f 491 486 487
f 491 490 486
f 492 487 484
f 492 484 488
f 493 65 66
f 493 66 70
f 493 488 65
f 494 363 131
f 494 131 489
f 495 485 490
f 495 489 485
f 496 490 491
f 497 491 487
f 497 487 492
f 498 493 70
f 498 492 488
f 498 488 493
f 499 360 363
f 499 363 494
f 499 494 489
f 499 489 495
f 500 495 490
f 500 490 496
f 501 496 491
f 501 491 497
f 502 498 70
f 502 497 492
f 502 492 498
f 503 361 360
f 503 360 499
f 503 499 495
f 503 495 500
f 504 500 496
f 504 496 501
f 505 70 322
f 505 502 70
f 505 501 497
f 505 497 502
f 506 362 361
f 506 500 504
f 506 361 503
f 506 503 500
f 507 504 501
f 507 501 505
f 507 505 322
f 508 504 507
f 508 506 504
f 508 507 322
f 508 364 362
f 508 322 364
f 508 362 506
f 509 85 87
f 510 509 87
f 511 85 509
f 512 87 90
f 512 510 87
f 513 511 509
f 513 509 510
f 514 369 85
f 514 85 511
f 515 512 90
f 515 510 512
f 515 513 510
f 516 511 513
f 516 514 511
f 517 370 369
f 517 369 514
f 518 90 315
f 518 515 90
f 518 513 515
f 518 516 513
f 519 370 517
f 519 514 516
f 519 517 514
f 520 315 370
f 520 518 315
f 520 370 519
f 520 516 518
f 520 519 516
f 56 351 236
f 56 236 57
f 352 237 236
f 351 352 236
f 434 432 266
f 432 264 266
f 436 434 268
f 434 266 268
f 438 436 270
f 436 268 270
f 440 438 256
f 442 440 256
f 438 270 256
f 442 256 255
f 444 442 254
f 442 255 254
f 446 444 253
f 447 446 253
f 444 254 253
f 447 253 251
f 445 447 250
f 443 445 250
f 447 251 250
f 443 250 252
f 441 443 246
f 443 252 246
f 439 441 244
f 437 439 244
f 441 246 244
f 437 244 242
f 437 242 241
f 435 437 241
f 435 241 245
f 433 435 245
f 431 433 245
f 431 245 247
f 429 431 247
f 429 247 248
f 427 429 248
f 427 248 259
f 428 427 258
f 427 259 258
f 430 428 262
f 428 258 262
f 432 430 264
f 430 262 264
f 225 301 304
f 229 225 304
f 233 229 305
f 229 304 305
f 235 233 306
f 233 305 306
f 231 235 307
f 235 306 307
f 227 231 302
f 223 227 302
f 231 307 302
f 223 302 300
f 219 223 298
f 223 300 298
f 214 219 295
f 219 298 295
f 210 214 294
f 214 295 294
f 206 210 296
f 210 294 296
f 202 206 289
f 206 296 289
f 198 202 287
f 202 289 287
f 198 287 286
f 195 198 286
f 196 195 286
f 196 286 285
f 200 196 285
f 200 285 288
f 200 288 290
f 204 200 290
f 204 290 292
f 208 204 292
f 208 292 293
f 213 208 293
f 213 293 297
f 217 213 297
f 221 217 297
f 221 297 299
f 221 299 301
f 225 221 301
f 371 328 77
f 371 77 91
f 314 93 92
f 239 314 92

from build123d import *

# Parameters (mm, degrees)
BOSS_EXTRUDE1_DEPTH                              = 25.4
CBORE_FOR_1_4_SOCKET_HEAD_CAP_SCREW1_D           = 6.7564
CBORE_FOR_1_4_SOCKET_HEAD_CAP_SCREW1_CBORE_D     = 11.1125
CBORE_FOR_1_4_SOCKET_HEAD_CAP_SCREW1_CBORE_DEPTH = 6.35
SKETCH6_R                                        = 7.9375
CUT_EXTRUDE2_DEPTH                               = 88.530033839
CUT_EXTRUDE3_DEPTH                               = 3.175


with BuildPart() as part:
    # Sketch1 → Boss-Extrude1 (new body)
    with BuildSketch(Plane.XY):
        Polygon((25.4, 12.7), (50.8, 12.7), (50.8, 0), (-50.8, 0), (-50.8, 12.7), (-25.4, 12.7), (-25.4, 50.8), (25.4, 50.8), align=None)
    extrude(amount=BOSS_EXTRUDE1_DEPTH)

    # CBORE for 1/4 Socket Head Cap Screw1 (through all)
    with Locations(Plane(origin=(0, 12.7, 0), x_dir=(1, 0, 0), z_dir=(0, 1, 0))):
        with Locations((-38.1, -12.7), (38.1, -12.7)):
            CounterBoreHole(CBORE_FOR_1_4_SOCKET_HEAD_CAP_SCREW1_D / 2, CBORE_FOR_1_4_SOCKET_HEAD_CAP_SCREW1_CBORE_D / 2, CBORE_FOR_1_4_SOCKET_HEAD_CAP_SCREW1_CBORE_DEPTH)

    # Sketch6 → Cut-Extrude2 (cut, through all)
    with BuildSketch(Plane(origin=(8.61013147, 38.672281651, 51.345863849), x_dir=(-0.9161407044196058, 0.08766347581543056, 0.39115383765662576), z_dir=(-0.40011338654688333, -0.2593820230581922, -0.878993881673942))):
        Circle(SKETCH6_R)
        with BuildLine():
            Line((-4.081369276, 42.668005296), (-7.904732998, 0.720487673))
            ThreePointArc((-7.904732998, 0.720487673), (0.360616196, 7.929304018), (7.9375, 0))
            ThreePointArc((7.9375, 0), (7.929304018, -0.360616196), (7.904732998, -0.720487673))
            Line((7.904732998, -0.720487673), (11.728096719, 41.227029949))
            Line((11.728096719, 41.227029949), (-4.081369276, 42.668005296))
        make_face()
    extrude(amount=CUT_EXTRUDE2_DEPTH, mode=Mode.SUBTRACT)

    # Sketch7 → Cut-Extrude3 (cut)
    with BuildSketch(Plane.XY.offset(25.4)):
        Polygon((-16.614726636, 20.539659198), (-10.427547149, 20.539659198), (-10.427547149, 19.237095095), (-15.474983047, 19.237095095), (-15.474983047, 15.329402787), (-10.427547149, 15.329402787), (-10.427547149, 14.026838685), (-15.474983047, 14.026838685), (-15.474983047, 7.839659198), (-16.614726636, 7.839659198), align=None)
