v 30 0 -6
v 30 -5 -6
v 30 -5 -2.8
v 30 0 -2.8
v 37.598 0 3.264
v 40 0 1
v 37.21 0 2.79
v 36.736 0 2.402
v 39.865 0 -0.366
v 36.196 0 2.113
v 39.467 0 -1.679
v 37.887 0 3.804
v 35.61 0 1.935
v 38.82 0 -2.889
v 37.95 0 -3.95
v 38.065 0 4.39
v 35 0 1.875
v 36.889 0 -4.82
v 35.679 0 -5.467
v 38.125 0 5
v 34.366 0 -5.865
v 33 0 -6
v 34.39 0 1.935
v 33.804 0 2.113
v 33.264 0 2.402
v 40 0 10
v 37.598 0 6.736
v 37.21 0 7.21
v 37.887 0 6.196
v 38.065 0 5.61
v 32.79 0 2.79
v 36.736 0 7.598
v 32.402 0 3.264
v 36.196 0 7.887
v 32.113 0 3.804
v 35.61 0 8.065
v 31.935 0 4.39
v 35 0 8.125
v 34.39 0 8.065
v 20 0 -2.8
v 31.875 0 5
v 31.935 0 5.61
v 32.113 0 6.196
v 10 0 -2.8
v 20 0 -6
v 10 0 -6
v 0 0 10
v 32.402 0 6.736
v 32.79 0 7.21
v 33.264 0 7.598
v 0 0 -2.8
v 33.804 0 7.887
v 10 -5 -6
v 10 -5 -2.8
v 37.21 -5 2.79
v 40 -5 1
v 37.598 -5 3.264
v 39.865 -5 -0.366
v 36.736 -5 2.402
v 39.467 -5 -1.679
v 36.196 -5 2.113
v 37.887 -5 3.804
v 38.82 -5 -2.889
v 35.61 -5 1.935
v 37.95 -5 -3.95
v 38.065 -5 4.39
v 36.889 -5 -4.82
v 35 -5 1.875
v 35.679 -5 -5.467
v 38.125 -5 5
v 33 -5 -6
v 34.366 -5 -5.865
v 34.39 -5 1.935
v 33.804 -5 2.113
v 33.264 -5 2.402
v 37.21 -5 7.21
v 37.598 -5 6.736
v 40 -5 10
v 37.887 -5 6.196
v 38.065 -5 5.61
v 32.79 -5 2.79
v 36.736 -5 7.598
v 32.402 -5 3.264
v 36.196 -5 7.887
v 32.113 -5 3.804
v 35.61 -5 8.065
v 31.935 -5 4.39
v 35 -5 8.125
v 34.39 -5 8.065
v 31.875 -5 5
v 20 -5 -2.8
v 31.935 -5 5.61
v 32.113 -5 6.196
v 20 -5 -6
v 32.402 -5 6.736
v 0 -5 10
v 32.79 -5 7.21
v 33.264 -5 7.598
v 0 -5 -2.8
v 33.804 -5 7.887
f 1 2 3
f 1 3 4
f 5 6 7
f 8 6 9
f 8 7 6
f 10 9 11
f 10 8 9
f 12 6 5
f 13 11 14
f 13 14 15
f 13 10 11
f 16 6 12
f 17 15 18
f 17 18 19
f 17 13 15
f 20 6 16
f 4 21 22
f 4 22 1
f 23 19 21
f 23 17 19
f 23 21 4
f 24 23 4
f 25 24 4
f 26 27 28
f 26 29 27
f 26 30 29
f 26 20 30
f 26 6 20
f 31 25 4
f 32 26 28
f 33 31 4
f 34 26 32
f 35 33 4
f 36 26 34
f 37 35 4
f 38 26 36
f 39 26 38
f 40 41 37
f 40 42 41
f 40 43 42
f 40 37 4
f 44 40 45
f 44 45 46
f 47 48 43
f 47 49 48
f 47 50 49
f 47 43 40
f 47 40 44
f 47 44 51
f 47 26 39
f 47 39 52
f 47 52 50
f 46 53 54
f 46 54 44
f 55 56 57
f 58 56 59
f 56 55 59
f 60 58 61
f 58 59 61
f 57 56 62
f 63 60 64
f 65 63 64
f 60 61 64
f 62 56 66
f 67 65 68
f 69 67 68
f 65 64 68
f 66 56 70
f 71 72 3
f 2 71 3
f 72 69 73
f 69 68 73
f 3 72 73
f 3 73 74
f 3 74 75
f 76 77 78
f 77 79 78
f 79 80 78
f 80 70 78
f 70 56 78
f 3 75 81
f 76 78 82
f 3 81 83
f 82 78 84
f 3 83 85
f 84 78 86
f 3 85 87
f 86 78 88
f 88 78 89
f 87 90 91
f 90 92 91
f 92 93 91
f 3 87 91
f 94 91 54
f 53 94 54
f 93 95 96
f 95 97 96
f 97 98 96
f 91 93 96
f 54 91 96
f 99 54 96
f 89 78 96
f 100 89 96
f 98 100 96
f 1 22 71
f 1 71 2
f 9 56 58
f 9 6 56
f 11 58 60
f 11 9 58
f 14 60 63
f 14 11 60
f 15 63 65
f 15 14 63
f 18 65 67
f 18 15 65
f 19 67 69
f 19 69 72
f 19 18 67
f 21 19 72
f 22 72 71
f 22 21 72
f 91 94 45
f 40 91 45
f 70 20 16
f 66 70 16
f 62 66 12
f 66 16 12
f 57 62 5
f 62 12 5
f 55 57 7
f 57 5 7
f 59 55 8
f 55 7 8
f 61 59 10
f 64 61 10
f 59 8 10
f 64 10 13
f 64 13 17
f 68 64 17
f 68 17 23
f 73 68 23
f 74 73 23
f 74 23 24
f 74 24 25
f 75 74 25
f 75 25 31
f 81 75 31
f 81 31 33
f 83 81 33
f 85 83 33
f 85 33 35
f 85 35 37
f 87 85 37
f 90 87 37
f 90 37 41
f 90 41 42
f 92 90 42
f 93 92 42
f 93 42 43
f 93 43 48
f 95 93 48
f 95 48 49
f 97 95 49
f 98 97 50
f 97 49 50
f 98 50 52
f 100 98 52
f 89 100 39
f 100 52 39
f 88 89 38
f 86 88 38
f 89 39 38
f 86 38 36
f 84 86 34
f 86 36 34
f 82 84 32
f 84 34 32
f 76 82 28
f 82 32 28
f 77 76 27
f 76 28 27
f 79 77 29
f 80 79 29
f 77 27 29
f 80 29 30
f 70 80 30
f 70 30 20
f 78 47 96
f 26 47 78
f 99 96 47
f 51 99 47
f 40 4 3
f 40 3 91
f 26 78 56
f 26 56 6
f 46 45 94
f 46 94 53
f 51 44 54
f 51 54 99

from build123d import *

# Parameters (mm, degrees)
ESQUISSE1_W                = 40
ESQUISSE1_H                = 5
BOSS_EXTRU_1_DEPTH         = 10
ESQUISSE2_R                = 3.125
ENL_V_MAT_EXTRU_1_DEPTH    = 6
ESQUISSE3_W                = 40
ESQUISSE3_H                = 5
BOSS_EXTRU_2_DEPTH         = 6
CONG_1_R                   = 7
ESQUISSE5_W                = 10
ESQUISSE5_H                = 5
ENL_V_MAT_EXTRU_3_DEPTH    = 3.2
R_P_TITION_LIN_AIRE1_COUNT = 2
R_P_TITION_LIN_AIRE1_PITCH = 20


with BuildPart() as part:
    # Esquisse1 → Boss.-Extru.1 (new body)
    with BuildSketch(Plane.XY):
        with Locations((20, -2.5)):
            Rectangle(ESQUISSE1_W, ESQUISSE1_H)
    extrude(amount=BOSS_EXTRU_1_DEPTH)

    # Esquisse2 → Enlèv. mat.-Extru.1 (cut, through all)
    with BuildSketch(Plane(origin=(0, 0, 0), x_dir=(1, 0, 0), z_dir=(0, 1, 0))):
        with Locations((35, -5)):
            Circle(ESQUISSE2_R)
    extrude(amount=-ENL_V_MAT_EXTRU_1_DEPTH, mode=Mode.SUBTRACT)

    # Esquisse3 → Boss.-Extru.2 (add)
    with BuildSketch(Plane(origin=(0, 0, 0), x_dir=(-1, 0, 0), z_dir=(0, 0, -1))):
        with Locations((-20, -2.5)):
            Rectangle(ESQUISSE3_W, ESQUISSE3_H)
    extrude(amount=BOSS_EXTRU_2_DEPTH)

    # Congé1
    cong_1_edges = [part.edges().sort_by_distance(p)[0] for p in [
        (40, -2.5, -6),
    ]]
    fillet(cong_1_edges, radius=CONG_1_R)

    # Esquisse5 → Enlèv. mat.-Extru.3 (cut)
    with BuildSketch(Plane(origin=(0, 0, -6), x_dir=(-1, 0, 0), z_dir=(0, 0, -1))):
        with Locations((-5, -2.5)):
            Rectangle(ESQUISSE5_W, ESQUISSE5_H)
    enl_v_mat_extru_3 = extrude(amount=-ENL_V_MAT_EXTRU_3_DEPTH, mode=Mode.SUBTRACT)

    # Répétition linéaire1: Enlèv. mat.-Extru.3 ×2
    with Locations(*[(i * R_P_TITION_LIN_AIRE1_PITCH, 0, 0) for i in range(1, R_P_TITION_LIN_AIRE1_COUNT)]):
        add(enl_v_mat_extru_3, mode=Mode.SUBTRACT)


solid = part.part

○ ○ ○ ○ ○

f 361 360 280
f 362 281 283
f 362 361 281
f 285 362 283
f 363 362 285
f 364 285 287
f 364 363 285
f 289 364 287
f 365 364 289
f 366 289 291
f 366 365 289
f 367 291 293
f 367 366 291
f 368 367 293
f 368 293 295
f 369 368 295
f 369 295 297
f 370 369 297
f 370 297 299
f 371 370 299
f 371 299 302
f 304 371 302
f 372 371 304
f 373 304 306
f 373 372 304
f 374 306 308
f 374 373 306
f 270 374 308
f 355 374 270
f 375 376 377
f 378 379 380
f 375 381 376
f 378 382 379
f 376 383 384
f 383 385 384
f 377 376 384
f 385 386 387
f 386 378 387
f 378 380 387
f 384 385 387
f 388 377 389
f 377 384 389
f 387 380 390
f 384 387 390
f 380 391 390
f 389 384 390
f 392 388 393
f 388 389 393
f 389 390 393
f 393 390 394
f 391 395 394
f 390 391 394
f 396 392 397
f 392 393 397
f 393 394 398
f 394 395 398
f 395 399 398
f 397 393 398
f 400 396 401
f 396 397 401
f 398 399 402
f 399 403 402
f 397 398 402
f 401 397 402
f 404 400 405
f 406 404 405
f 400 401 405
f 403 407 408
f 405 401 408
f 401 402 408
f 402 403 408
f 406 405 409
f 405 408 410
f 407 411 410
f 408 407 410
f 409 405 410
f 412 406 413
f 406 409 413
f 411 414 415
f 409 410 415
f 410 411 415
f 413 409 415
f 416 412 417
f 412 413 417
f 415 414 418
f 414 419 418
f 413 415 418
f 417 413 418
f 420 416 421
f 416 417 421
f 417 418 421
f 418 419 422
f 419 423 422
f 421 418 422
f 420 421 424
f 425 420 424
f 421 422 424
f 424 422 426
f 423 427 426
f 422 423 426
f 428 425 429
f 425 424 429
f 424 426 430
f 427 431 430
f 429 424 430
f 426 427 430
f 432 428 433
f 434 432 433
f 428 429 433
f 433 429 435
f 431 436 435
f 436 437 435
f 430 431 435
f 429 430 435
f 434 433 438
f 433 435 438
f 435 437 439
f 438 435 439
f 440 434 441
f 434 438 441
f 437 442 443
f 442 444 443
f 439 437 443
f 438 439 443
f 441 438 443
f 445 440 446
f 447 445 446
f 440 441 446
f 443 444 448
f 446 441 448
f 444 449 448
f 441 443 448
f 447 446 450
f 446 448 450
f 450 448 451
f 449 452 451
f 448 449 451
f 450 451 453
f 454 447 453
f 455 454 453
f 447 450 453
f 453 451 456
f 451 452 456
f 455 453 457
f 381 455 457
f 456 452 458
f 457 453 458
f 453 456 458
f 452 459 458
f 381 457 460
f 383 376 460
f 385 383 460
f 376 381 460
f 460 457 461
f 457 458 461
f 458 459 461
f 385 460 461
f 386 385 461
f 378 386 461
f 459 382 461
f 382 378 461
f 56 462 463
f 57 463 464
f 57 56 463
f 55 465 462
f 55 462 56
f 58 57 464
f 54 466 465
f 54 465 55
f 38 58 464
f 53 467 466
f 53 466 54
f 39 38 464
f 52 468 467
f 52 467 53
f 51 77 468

○ ○ ○ ○ ○

**To do**
Copy out precisely the lines from the line with "f 374 373 306" to the line with "f 385 460 461" in the material above, including those two lines and omitting all the rest.

**Completed task**
f 374 373 306
f 270 374 308
f 355 374 270
f 375 376 377
f 378 379 380
f 375 381 376
f 378 382 379
f 376 383 384
f 383 385 384
f 377 376 384
f 385 386 387
f 386 378 387
f 378 380 387
f 384 385 387
f 388 377 389
f 377 384 389
f 387 380 390
f 384 387 390
f 380 391 390
f 389 384 390
f 392 388 393
f 388 389 393
f 389 390 393
f 393 390 394
f 391 395 394
f 390 391 394
f 396 392 397
f 392 393 397
f 393 394 398
f 394 395 398
f 395 399 398
f 397 393 398
f 400 396 401
f 396 397 401
f 398 399 402
f 399 403 402
f 397 398 402
f 401 397 402
f 404 400 405
f 406 404 405
f 400 401 405
f 403 407 408
f 405 401 408
f 401 402 408
f 402 403 408
f 406 405 409
f 405 408 410
f 407 411 410
f 408 407 410
f 409 405 410
f 412 406 413
f 406 409 413
f 411 414 415
f 409 410 415
f 410 411 415
f 413 409 415
f 416 412 417
f 412 413 417
f 415 414 418
f 414 419 418
f 413 415 418
f 417 413 418
f 420 416 421
f 416 417 421
f 417 418 421
f 418 419 422
f 419 423 422
f 421 418 422
f 420 421 424
f 425 420 424
f 421 422 424
f 424 422 426
f 423 427 426
f 422 423 426
f 428 425 429
f 425 424 429
f 424 426 430
f 427 431 430
f 429 424 430
f 426 427 430
f 432 428 433
f 434 432 433
f 428 429 433
f 433 429 435
f 431 436 435
f 436 437 435
f 430 431 435
f 429 430 435
f 434 433 438
f 433 435 438
f 435 437 439
f 438 435 439
f 440 434 441
f 434 438 441
f 437 442 443
f 442 444 443
f 439 437 443
f 438 439 443
f 441 438 443
f 445 440 446
f 447 445 446
f 440 441 446
f 443 444 448
f 446 441 448
f 444 449 448
f 441 443 448
f 447 446 450
f 446 448 450
f 450 448 451
f 449 452 451
f 448 449 451
f 450 451 453
f 454 447 453
f 455 454 453
f 447 450 453
f 453 451 456
f 451 452 456
f 455 453 457
f 381 455 457
f 456 452 458
f 457 453 458
f 453 456 458
f 452 459 458
f 381 457 460
f 383 376 460
f 385 383 460
f 376 381 460
f 460 457 461
f 457 458 461
f 458 459 461
f 385 460 461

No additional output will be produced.